07.08.2018Fotos: Werk
Sergio Marchionne war nicht der Typ Mensch, der sich unter den Nussbaum legt. Seinen „Ruhestand“ hatte er sich deshalb schon entsprechend vorbereitet: Als Konzernlenker von Fiat Chrysler (FCA) wollte er 2019 – nach 15 Jahren an der Spitze – zwar aufhören, dem bisherigen Nebenjob als Ferrari-Präsident aber umso mehr Zeit widmen. So sah Altersteilzeit nach dem Geschmack von Sergio Marchionne aus. Leider kam es dazu nicht, Marchionne verstarb im Juli 2018 in einem Züricher Spital. Als Todesursache wird Krebs kolportiert, bestätigt ist das nicht.
Die Ära Marchionne wird in die Autogeschichte eingehen – und sie ist dennoch zwiespältig: Der Italo-Kanadier war der vielleicht smarteste Finanzmanager, den die Autobranche je gesehen hat. Als Industrieller, also als Autobauer, war er aber weniger erfolgreich.

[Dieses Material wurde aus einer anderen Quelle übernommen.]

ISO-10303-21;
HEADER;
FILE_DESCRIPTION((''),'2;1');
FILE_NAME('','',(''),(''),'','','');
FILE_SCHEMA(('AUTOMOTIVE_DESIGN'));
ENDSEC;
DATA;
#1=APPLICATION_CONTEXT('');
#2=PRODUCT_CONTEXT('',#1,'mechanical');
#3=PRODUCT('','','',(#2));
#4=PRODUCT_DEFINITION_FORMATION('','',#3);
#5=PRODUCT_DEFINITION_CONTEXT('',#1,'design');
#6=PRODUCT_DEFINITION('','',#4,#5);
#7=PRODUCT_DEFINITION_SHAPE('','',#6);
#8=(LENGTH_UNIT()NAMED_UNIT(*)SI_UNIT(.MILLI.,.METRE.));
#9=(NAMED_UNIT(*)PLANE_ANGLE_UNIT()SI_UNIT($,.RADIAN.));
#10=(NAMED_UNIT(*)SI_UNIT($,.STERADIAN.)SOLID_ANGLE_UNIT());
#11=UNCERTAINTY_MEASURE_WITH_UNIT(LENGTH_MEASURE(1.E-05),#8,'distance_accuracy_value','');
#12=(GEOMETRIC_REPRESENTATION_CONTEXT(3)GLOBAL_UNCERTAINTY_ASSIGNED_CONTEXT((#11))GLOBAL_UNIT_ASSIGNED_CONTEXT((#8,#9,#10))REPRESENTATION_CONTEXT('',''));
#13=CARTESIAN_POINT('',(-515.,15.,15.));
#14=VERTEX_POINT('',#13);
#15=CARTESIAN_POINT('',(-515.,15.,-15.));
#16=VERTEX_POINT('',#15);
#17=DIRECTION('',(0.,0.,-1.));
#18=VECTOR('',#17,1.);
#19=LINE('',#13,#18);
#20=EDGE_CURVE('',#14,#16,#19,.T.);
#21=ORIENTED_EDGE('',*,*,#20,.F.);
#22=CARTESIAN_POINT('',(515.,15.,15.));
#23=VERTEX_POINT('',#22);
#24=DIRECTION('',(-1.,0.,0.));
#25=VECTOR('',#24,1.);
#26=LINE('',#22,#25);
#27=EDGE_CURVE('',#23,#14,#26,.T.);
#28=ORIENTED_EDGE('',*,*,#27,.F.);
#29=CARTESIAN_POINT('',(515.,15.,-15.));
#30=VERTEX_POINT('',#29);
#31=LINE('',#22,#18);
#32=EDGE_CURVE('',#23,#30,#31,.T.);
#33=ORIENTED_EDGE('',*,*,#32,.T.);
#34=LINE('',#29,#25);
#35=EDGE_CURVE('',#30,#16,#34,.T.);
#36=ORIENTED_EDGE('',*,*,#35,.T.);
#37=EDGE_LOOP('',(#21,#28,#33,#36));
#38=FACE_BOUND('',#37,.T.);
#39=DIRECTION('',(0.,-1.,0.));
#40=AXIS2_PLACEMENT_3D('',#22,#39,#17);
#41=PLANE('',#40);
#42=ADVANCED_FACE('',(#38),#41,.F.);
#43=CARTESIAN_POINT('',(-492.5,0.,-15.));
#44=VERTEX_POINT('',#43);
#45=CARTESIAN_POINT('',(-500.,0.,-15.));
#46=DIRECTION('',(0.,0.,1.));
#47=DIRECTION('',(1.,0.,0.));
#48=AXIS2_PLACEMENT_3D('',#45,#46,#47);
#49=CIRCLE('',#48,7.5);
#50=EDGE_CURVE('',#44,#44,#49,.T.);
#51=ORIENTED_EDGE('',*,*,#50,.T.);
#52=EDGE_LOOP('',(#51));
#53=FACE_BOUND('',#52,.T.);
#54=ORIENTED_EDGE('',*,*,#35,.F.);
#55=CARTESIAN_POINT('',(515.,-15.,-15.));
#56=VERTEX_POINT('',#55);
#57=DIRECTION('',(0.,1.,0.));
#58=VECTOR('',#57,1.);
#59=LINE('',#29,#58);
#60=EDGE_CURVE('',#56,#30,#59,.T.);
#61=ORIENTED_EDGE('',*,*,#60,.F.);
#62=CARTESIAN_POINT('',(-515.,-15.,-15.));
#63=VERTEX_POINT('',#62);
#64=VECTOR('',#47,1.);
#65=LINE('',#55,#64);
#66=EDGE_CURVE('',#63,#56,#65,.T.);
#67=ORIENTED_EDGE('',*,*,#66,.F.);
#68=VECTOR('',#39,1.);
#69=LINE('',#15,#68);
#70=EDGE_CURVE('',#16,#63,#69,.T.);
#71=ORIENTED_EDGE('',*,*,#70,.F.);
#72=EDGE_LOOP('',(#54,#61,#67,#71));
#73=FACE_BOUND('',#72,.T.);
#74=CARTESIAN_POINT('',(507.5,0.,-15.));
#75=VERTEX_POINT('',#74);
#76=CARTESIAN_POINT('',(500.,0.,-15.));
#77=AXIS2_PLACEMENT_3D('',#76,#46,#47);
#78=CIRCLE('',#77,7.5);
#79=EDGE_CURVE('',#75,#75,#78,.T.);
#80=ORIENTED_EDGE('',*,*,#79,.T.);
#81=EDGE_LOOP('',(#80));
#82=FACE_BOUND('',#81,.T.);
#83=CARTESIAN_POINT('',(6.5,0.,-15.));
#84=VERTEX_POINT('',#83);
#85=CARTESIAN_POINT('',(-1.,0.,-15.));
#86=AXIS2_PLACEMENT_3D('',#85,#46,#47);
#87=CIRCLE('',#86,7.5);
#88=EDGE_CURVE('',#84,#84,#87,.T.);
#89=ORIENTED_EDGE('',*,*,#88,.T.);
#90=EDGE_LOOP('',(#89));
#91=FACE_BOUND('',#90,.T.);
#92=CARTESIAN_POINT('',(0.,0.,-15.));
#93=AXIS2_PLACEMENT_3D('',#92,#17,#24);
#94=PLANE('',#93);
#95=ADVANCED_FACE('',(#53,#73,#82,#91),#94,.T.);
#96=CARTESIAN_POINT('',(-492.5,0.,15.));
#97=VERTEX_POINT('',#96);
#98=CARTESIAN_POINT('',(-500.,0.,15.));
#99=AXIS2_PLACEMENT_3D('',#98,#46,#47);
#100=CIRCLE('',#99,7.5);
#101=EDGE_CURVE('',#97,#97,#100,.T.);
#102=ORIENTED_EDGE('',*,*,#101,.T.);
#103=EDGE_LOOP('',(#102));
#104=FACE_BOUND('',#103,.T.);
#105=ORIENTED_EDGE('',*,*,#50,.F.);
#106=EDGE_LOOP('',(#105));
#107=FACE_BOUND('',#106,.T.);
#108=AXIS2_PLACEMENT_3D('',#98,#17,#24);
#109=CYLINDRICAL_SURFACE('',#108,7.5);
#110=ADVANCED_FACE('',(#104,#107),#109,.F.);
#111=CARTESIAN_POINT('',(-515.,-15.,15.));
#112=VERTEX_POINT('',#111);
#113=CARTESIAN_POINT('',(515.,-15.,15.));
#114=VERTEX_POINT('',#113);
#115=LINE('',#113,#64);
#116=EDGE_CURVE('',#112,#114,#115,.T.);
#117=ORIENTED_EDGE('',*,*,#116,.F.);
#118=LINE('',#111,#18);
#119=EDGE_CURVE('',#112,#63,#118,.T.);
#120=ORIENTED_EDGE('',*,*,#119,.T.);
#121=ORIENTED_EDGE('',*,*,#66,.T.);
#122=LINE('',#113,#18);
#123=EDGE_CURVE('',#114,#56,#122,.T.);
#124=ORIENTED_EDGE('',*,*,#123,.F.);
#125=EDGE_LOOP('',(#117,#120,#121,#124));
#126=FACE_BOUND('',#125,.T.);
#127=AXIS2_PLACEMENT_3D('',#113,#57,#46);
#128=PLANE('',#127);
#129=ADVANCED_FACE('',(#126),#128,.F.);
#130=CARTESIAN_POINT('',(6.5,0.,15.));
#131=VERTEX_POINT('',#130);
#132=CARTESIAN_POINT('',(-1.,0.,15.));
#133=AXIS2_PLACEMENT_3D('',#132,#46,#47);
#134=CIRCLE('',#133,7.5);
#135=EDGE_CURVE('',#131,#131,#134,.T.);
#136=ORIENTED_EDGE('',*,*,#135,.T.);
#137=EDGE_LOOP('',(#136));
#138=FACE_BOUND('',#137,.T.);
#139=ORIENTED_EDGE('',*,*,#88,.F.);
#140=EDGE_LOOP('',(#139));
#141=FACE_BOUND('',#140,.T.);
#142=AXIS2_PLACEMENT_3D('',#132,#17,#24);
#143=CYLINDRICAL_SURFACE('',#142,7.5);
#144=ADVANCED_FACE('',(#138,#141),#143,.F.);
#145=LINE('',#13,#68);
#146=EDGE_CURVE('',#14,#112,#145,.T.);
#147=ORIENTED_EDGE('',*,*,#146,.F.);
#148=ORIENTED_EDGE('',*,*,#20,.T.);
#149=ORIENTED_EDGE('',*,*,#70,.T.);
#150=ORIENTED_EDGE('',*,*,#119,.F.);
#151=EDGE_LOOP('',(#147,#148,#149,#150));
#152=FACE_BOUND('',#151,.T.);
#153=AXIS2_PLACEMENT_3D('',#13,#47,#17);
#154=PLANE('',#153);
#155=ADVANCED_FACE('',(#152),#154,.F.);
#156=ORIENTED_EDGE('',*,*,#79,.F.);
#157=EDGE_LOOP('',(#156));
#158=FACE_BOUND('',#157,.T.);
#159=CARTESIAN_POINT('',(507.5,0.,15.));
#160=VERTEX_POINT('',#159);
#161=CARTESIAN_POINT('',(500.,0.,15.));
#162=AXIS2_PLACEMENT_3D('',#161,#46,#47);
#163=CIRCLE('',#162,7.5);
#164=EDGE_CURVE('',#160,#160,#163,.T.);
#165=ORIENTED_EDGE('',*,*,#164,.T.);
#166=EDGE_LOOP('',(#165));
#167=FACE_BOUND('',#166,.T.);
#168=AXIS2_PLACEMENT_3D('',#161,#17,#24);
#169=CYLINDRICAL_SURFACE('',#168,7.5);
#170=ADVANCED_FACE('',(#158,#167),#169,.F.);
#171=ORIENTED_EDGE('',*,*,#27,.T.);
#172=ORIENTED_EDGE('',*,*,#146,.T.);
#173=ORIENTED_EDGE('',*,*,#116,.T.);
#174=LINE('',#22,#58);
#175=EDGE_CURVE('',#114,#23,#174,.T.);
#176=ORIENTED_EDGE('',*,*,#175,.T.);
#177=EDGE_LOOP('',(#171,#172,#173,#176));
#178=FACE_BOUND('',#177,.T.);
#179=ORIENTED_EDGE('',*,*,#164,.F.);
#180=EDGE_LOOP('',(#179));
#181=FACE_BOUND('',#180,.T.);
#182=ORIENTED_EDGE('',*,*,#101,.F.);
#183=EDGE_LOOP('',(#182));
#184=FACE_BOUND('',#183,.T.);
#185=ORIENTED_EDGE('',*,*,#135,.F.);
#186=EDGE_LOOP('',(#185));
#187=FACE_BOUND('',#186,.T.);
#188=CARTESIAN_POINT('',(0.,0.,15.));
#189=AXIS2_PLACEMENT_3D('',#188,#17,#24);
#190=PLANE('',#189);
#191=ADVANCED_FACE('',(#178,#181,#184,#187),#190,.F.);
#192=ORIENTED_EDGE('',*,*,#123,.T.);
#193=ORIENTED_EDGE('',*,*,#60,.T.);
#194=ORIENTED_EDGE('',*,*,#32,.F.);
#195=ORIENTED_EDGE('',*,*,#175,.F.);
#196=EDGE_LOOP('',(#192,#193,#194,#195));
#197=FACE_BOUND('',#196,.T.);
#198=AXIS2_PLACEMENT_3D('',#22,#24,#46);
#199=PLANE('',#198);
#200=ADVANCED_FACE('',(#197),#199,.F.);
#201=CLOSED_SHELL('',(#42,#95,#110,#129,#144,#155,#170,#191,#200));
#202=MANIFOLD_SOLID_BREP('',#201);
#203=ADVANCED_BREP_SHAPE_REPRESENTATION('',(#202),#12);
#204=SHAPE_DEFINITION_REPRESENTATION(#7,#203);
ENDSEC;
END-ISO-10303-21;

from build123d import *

# Parameters (mm, degrees)
SKETCH1_W           = 1030
SKETCH1_H           = 30
SKETCH1_R           = 7.5
BOSS_EXTRUDE1_DEPTH = 15


with BuildPart() as part:
    # Sketch1 → Boss-Extrude1 (new, symmetric)
    with BuildSketch(Plane.XY):
        Rectangle(SKETCH1_W, SKETCH1_H)
        with Locations((-500, 0)):
            Circle(SKETCH1_R, mode=Mode.SUBTRACT)
        with Locations((500, 0)):
            Circle(SKETCH1_R, mode=Mode.SUBTRACT)
        with Locations((-1, 0)):
            Circle(SKETCH1_R, mode=Mode.SUBTRACT)
    extrude(amount=BOSS_EXTRUDE1_DEPTH, both=True)


solid = part.part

Lässt man die letzten 14 Jahre Revue passieren, stößt man auf geniale Finanzdeals: Als Fiat 2004 schwerstens verschuldet war, ließ sich Marchionne die Scheidung von General Motors mit 1,55 Milliarden Euro vergolden. Aus der Pleite ein Geschäft zu machen, das trägt die Handschrift der Finanzwelt – und wäre einem herkömmlichen Finanzvorstand aus der Autobranche vermutlich nicht einmal in den Sinn gekommen. Marchionne hatte Fiat gerettet und fädelte fünf Jahre später ein noch viel kühneres Geschäft ein: Als in den USA der Chrysler-Konzern vor der Pleite stand, übernahm ihn Marchionne mit dem selbst schwer verschuldete Fiat-Konzern praktisch ohne Bargeld einzusetzen. Das treibt jedem Investmentbanker die Tränen in die Augen. Es folgte die finanziell sehr erfolgreiche Überführung der Nutzfahrzeugsparte (CNH Industrial) und des Sportwagengeschäfts (Ferrari) in eigene Aktiengesellschaften. Für die Analysten der Londoner City war Marchionne ein Held.

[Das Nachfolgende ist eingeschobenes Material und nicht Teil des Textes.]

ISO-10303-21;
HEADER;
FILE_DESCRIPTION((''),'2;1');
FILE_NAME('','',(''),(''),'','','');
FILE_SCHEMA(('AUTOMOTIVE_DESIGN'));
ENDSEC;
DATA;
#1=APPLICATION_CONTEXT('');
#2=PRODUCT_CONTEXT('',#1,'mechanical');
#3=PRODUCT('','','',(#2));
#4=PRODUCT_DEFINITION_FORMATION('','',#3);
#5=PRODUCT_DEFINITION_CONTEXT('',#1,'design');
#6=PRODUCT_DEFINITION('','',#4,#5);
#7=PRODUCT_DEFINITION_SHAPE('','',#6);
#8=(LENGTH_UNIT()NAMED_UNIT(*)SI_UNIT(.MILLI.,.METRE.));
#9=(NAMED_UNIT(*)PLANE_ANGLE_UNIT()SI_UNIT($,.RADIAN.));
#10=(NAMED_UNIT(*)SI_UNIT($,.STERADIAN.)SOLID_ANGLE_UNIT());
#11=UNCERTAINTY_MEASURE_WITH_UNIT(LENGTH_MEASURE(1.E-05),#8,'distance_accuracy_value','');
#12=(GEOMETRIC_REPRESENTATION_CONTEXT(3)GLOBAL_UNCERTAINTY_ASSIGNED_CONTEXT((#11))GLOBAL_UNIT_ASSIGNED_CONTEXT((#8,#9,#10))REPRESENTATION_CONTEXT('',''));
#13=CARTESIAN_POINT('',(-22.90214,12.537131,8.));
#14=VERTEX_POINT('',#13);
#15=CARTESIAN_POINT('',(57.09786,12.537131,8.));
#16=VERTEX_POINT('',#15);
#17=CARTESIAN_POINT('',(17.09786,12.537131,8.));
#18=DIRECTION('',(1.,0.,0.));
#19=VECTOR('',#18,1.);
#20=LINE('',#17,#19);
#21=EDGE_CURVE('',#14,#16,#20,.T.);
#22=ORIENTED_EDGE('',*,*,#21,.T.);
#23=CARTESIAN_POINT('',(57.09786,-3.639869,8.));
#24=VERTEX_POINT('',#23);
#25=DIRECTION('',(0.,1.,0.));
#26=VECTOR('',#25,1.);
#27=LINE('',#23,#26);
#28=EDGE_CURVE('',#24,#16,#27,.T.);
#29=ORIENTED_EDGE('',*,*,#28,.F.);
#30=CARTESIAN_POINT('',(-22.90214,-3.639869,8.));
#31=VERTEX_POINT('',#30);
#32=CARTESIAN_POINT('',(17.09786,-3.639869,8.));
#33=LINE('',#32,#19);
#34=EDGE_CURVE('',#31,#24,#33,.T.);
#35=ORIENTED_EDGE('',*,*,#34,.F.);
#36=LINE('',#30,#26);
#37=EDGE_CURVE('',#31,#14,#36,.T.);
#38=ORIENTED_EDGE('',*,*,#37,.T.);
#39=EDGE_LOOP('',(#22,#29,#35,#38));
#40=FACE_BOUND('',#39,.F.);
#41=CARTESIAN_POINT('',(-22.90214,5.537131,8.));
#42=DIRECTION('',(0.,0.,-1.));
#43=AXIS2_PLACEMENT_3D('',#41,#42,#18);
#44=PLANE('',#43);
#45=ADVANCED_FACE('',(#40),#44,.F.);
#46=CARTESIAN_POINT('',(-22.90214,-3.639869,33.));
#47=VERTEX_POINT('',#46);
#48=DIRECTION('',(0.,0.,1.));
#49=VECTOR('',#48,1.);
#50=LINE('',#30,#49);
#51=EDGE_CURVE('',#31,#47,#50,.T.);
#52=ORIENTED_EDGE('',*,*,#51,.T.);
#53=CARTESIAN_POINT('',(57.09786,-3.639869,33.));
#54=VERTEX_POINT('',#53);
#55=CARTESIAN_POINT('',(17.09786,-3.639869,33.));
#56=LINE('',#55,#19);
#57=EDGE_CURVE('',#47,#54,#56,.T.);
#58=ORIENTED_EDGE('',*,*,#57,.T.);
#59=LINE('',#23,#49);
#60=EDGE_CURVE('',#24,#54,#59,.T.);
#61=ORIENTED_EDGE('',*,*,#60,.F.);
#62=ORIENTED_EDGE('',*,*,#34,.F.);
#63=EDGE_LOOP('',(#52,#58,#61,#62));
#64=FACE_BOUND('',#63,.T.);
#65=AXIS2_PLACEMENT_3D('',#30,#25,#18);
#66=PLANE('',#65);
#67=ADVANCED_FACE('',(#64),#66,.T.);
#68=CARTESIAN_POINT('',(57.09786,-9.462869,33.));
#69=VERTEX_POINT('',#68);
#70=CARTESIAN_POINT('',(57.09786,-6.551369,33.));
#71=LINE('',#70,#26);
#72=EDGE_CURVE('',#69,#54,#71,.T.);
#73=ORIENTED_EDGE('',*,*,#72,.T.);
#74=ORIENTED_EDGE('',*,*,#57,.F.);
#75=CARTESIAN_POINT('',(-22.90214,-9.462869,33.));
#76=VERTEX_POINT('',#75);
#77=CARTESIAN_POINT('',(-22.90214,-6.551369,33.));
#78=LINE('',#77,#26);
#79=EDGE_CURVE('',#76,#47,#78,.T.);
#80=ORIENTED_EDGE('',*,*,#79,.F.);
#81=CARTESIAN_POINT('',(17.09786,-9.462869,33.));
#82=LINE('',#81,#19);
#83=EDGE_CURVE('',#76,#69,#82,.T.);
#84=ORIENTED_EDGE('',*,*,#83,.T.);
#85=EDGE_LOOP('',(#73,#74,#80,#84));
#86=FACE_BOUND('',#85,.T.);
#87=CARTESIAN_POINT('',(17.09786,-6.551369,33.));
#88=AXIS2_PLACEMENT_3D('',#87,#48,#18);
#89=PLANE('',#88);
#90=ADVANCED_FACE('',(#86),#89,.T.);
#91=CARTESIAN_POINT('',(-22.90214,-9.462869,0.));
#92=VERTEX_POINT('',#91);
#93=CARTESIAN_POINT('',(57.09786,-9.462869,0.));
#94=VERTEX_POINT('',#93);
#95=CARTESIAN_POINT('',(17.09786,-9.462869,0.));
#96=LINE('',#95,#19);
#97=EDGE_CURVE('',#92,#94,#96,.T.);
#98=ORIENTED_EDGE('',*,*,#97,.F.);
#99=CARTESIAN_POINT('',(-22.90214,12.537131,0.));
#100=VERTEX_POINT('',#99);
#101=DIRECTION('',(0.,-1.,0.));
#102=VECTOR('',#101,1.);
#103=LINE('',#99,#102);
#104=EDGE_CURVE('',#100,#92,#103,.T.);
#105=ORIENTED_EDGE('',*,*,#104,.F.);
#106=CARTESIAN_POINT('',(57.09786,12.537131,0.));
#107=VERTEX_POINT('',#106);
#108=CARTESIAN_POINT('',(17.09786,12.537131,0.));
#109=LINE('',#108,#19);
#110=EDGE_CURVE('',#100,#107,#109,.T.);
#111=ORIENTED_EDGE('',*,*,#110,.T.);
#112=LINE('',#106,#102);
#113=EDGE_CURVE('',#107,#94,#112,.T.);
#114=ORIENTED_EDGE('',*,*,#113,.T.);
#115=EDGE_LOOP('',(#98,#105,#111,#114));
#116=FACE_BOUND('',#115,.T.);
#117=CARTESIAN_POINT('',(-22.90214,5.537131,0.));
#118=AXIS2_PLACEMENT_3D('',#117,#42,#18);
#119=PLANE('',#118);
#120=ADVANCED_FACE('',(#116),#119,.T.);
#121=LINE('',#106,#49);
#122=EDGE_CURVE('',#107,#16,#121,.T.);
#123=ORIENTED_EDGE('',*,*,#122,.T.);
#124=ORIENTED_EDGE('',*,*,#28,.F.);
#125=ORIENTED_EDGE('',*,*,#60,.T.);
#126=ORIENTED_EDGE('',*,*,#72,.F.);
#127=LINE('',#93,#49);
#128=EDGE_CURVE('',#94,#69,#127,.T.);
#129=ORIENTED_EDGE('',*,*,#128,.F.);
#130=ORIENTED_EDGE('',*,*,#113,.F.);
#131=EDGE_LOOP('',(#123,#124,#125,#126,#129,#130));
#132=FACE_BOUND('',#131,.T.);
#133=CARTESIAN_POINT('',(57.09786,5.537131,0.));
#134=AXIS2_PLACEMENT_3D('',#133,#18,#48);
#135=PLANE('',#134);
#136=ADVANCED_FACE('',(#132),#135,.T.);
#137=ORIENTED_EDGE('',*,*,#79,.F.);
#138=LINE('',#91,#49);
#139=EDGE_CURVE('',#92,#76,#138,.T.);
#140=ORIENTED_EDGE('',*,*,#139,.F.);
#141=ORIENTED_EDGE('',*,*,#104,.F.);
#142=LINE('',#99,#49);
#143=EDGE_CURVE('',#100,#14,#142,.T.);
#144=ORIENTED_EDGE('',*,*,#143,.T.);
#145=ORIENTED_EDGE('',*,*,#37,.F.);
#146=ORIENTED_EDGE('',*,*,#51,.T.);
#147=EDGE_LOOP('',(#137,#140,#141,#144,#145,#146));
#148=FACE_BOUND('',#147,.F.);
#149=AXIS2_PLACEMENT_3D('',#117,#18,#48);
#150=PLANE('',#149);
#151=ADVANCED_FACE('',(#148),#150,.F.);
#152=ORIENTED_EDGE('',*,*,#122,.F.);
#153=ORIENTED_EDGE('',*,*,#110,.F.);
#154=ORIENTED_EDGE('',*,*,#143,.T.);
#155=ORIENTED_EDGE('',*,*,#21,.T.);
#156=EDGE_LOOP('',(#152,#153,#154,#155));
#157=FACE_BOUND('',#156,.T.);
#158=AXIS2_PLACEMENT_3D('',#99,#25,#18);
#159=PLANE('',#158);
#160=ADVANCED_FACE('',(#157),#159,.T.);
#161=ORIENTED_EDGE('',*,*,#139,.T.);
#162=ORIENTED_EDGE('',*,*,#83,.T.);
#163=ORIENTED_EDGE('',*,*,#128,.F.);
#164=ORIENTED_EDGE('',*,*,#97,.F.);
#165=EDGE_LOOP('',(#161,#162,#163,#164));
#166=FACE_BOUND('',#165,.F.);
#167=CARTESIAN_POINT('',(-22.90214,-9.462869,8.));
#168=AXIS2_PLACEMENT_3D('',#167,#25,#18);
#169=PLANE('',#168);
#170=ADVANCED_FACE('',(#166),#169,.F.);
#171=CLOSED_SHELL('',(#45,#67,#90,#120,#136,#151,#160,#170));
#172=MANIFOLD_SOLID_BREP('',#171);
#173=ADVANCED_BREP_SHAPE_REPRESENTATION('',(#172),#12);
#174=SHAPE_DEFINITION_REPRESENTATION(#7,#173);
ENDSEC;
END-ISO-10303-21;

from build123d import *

# Parameters (mm, degrees)
F0_W     = 80
F0_H     = 15
F1_DEPTH = 8
F2_W     = 80
F2_H     = 5.823
F3_DEPTH = 25
F4_DEPTH = 7


with BuildPart() as f1:
    # F0 (on Top) → F1 (new body)
    with BuildSketch(Plane.XY):
        with Locations((17.0978596434, -1.9628690071)):
            Rectangle(F0_W, F0_H)
    extrude(amount=F1_DEPTH)

    # F2 (on face) → F3 (join)
    with BuildSketch(Plane.XY.offset(8)):
        with Locations((17.0978596434, -6.5513690071)):
            Rectangle(F2_W, F2_H)
    extrude(amount=F3_DEPTH)

    # F4 (add): a face of the model
    f4_faces = [f1.faces().sort_by_distance(p)[0] for p in [
        (17.0978596434, 5.5371309929, 4),
    ]]
    extrude(f4_faces, amount=F4_DEPTH)


solid = f1.part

Marchionne häufte mit seinen Deals ein kolportiertes Eigenvermögen von rund 300 Millionen Euro an, was er freilich auch verdient hat. Der Wert von Fiat Chrysler und all seiner Ausgliederungen verzehnfachte sich in seiner Ära von sechs auf 60 Milliarden Euro. In der Geschichte der Fiat-Eigentümerfamilien Agnelli und Elkann wird Sergio Marchionne vermutlich einen ganz besonderen Ehrenplatz bekommen.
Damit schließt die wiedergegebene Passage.